▶ [Directions]:
In the records below, find the line containing "#133=CARTESIAN_POINT('',(1.4732,0.,0.926042));" and the line containing "#139=CARTESIAN_POINT('',(1.4732,0.,2.116667));"; please repeat exactly the lines from one to the other, both included, and nothing more.

▶ [Records provided]:
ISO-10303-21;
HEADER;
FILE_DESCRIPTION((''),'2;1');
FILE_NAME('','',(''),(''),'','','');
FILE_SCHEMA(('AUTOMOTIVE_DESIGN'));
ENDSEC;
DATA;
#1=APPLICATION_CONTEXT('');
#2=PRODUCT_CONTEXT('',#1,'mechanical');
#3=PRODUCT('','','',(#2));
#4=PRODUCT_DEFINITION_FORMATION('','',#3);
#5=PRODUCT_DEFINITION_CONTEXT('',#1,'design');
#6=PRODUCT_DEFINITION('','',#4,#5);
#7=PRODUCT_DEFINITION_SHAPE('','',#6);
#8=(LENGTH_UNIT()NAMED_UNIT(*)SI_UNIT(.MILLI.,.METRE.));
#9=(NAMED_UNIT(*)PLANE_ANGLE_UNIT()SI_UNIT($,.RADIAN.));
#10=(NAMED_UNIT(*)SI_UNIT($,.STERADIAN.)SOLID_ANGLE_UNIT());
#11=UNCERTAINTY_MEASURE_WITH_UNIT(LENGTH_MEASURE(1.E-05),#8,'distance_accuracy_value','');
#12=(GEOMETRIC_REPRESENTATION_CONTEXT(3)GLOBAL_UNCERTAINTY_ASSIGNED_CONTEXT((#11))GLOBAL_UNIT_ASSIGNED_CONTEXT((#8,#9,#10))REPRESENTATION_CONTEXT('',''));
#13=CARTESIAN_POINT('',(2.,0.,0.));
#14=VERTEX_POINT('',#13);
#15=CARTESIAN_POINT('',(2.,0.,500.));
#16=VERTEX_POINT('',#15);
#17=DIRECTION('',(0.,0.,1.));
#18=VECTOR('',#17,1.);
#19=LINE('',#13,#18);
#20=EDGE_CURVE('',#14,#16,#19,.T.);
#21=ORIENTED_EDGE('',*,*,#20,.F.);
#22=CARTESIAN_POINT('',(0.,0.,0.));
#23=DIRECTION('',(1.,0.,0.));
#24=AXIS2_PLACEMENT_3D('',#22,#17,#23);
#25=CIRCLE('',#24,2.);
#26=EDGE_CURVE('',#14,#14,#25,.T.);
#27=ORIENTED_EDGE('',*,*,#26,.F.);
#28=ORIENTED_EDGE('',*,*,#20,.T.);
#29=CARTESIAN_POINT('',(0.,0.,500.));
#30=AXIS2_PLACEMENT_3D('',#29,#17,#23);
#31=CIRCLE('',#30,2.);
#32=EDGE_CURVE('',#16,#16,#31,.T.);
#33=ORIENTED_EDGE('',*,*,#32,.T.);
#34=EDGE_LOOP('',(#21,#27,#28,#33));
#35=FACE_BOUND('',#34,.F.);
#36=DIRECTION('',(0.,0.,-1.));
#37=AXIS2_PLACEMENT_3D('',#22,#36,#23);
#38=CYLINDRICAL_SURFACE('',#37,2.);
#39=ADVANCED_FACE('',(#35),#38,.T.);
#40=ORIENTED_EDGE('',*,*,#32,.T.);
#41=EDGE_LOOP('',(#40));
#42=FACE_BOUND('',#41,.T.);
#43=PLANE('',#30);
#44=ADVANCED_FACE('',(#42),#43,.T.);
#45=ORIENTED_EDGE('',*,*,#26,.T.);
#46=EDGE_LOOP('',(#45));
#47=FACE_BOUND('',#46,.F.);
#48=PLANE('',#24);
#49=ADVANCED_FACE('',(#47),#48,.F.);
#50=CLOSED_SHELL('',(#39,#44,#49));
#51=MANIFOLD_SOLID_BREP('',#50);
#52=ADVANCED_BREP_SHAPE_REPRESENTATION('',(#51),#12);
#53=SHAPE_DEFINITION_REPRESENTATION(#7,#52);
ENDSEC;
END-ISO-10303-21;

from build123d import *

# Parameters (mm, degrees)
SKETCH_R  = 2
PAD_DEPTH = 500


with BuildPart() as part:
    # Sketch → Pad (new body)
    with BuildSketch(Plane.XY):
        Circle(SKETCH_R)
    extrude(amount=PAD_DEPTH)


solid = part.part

==

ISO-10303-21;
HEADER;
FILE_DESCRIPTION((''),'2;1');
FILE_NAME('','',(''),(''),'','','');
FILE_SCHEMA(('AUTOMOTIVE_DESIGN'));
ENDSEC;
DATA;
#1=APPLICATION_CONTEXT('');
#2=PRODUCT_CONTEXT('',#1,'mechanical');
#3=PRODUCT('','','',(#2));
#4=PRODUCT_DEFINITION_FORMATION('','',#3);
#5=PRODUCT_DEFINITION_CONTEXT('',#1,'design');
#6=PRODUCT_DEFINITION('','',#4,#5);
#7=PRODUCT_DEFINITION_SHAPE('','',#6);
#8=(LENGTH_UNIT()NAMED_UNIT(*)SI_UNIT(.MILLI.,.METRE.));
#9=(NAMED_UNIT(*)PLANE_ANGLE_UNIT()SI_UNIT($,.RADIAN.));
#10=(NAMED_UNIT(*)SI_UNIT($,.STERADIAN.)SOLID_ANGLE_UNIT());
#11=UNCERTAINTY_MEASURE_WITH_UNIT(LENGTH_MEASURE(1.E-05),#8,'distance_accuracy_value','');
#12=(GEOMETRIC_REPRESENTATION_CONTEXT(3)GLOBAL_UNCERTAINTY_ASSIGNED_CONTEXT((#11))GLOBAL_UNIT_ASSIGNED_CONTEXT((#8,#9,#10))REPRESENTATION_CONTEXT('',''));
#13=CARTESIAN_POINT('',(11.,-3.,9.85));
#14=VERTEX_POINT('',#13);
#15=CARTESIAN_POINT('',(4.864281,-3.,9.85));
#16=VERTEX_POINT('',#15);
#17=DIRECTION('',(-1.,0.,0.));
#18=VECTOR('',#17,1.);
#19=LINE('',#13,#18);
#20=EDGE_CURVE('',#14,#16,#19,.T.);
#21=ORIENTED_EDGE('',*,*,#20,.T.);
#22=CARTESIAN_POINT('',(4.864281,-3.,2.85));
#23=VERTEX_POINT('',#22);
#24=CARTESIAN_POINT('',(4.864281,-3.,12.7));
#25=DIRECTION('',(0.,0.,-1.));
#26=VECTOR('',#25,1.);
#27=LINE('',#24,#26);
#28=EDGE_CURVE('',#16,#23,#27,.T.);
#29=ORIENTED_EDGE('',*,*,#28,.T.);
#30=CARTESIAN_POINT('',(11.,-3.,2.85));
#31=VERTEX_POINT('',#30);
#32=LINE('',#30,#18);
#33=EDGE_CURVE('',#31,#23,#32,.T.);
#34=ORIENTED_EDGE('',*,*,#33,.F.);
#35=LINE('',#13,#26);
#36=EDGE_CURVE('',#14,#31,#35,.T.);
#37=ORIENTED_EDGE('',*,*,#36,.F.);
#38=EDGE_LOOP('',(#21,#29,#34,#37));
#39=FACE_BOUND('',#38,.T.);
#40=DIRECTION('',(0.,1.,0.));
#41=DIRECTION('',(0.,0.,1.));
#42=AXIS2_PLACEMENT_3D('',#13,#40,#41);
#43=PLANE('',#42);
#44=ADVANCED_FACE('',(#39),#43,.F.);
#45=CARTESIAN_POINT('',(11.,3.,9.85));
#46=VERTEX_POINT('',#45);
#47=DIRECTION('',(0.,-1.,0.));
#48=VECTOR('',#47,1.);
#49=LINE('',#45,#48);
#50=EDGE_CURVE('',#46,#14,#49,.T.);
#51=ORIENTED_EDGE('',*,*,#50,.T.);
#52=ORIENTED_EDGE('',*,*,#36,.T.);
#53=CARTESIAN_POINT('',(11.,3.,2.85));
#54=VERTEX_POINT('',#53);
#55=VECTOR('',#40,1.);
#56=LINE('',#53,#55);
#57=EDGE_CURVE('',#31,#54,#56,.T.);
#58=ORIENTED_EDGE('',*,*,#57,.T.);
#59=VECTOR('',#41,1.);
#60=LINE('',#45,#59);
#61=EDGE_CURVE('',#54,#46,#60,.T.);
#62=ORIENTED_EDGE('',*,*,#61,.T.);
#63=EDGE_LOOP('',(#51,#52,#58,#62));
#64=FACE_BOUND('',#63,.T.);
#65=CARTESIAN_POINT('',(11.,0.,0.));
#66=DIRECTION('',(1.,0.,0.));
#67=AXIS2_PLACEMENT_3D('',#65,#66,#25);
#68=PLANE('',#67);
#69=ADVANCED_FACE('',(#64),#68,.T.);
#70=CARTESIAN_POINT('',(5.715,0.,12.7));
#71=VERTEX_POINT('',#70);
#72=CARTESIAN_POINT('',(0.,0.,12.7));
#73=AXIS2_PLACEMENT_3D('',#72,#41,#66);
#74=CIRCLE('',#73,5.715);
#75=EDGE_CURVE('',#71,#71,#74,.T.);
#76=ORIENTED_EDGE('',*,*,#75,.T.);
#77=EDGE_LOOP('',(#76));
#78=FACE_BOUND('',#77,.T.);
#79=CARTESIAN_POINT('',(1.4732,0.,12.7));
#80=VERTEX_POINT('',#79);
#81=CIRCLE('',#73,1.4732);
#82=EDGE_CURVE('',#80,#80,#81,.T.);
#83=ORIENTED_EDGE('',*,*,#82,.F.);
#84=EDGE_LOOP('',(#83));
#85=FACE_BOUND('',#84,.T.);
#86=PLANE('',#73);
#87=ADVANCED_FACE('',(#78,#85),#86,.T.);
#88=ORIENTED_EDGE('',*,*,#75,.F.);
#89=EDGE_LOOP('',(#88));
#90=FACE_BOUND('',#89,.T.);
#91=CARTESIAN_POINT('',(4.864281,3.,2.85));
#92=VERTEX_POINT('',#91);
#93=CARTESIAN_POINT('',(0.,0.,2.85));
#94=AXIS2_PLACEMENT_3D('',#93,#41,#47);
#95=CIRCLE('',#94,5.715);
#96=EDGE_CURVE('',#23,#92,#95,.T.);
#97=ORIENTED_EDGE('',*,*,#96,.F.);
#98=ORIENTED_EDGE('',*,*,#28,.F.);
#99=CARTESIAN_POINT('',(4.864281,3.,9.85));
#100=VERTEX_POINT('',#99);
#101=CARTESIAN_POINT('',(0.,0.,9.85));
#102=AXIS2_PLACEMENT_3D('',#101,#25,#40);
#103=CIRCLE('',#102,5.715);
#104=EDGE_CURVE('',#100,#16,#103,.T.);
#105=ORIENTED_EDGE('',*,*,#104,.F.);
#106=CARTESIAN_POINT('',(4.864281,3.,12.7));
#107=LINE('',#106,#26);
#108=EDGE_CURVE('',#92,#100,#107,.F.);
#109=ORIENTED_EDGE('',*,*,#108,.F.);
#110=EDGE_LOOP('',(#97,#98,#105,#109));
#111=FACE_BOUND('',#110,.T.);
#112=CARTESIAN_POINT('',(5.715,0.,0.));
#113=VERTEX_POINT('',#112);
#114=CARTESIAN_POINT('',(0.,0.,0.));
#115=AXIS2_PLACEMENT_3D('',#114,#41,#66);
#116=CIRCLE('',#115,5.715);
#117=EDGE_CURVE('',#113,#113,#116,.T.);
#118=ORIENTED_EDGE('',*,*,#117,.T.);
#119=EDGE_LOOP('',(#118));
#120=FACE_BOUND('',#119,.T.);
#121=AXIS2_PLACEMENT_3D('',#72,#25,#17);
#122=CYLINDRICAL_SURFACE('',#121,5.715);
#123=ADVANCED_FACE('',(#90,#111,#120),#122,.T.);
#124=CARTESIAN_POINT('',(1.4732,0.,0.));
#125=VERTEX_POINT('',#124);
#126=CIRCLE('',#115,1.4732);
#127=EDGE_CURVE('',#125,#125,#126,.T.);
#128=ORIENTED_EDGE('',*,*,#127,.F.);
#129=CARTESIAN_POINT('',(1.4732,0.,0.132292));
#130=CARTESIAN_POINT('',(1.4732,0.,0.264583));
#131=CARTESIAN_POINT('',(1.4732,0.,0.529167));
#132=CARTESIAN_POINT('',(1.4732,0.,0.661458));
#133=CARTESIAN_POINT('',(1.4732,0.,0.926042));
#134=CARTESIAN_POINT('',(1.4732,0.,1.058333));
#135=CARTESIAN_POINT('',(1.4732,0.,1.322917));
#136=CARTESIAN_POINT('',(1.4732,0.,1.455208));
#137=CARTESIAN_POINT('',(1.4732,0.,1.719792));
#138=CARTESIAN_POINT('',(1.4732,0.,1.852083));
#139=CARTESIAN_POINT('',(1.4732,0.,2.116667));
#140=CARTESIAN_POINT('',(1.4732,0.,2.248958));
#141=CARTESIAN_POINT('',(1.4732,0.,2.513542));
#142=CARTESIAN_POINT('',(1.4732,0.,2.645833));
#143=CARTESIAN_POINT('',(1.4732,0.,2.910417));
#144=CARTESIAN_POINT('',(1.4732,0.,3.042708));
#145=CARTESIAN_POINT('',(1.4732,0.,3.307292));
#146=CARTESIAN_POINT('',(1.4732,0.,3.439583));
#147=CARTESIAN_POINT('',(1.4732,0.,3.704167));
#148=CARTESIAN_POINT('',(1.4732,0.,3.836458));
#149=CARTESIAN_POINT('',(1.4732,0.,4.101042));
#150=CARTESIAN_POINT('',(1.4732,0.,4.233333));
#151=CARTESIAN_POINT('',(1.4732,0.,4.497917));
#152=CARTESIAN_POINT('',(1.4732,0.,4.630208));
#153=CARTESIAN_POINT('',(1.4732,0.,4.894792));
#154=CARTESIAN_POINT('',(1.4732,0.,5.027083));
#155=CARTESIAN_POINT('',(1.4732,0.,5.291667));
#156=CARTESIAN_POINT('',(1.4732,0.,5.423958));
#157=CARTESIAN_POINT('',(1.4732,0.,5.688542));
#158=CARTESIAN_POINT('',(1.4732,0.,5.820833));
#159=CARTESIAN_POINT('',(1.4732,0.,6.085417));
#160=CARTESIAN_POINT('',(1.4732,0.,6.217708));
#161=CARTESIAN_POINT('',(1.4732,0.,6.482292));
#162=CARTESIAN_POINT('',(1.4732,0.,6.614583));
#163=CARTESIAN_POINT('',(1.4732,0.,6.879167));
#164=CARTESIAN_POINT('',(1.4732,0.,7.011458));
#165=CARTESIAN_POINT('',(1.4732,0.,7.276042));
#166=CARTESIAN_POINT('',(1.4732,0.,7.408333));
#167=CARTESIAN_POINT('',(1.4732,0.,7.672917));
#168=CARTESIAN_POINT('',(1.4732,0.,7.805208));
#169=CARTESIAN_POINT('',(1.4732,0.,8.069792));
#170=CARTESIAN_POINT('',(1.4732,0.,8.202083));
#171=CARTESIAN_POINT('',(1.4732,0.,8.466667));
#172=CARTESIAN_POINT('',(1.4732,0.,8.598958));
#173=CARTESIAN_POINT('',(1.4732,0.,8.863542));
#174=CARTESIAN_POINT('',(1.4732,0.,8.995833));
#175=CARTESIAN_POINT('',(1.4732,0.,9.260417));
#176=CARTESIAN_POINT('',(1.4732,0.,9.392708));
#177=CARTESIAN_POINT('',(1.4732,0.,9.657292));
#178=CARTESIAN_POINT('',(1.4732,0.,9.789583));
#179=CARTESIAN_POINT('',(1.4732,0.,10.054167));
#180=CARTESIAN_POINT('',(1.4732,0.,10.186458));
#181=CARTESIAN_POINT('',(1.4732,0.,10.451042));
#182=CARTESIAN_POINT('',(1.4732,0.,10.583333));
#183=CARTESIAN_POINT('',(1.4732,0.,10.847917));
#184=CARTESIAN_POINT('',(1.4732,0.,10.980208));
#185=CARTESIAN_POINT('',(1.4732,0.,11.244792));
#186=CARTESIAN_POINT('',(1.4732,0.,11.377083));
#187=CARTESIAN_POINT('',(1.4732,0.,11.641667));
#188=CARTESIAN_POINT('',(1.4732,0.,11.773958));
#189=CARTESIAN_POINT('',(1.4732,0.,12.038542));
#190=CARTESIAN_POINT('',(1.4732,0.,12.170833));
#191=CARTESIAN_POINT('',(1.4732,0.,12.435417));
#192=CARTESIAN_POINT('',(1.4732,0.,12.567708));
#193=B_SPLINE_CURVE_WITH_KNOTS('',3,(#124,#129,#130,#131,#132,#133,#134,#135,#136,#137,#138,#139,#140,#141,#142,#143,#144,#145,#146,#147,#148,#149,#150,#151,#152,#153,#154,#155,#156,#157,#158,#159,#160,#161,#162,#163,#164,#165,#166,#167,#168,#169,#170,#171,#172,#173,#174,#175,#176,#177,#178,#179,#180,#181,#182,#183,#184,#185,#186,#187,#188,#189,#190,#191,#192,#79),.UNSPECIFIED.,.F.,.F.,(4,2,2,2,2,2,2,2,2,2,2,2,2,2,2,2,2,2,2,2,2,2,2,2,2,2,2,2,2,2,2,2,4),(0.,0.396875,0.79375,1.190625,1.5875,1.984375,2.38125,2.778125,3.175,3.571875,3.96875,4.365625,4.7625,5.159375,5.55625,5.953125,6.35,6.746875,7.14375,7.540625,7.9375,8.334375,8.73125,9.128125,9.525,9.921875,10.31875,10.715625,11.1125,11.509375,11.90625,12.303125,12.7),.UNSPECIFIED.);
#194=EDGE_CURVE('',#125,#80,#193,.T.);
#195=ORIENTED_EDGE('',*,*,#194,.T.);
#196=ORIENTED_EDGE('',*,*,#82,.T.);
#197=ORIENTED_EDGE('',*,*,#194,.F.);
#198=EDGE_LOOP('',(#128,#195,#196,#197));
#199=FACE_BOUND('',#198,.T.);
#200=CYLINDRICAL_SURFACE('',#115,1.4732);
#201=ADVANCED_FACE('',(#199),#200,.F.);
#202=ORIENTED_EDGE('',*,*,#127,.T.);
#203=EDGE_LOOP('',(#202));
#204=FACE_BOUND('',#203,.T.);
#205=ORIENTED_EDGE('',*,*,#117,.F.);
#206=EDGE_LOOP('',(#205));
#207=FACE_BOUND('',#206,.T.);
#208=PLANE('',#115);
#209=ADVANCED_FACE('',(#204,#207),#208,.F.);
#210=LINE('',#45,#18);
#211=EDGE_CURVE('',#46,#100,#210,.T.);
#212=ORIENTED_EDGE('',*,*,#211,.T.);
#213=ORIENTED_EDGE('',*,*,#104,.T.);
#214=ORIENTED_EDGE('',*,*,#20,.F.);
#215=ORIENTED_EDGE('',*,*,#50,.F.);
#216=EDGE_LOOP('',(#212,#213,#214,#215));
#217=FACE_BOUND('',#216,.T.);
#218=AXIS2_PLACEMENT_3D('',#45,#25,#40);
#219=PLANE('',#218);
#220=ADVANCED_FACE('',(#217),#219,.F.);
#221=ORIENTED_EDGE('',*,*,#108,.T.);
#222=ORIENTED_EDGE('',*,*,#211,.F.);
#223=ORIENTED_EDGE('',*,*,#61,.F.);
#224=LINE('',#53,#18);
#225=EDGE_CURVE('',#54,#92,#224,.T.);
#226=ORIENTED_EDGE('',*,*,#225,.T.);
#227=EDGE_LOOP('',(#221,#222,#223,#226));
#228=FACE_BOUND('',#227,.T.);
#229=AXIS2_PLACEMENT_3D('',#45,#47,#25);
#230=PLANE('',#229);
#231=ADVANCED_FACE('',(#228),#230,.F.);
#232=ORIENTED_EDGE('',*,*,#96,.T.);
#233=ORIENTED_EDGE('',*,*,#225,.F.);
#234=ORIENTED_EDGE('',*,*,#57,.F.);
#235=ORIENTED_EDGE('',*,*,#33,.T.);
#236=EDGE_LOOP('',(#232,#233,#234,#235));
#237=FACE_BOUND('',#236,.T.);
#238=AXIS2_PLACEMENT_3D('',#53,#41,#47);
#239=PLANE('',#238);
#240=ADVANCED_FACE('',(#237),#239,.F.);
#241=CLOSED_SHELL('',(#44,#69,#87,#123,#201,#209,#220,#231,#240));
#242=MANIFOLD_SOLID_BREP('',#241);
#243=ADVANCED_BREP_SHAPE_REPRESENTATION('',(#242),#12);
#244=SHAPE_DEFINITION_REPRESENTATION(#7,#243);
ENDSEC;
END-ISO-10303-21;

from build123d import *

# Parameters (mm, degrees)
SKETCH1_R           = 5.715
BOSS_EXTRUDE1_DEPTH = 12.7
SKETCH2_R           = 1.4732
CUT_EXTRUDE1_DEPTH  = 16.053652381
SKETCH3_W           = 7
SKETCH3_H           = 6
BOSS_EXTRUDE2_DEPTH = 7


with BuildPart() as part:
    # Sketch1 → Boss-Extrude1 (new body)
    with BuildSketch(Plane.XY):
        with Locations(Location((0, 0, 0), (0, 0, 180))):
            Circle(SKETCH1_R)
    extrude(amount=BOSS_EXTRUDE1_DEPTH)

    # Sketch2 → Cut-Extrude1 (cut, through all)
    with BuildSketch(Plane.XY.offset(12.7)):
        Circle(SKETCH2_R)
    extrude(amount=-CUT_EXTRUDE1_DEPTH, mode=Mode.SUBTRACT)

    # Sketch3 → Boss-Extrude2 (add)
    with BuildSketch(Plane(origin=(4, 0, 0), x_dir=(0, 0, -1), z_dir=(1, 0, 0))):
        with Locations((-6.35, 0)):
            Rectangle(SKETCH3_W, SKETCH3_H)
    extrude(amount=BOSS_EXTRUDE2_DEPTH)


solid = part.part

▶ [Answer space]:
#133=CARTESIAN_POINT('',(1.4732,0.,0.926042));
#134=CARTESIAN_POINT('',(1.4732,0.,1.058333));
#135=CARTESIAN_POINT('',(1.4732,0.,1.322917));
#136=CARTESIAN_POINT('',(1.4732,0.,1.455208));
#137=CARTESIAN_POINT('',(1.4732,0.,1.719792));
#138=CARTESIAN_POINT('',(1.4732,0.,1.852083));
#139=CARTESIAN_POINT('',(1.4732,0.,2.116667));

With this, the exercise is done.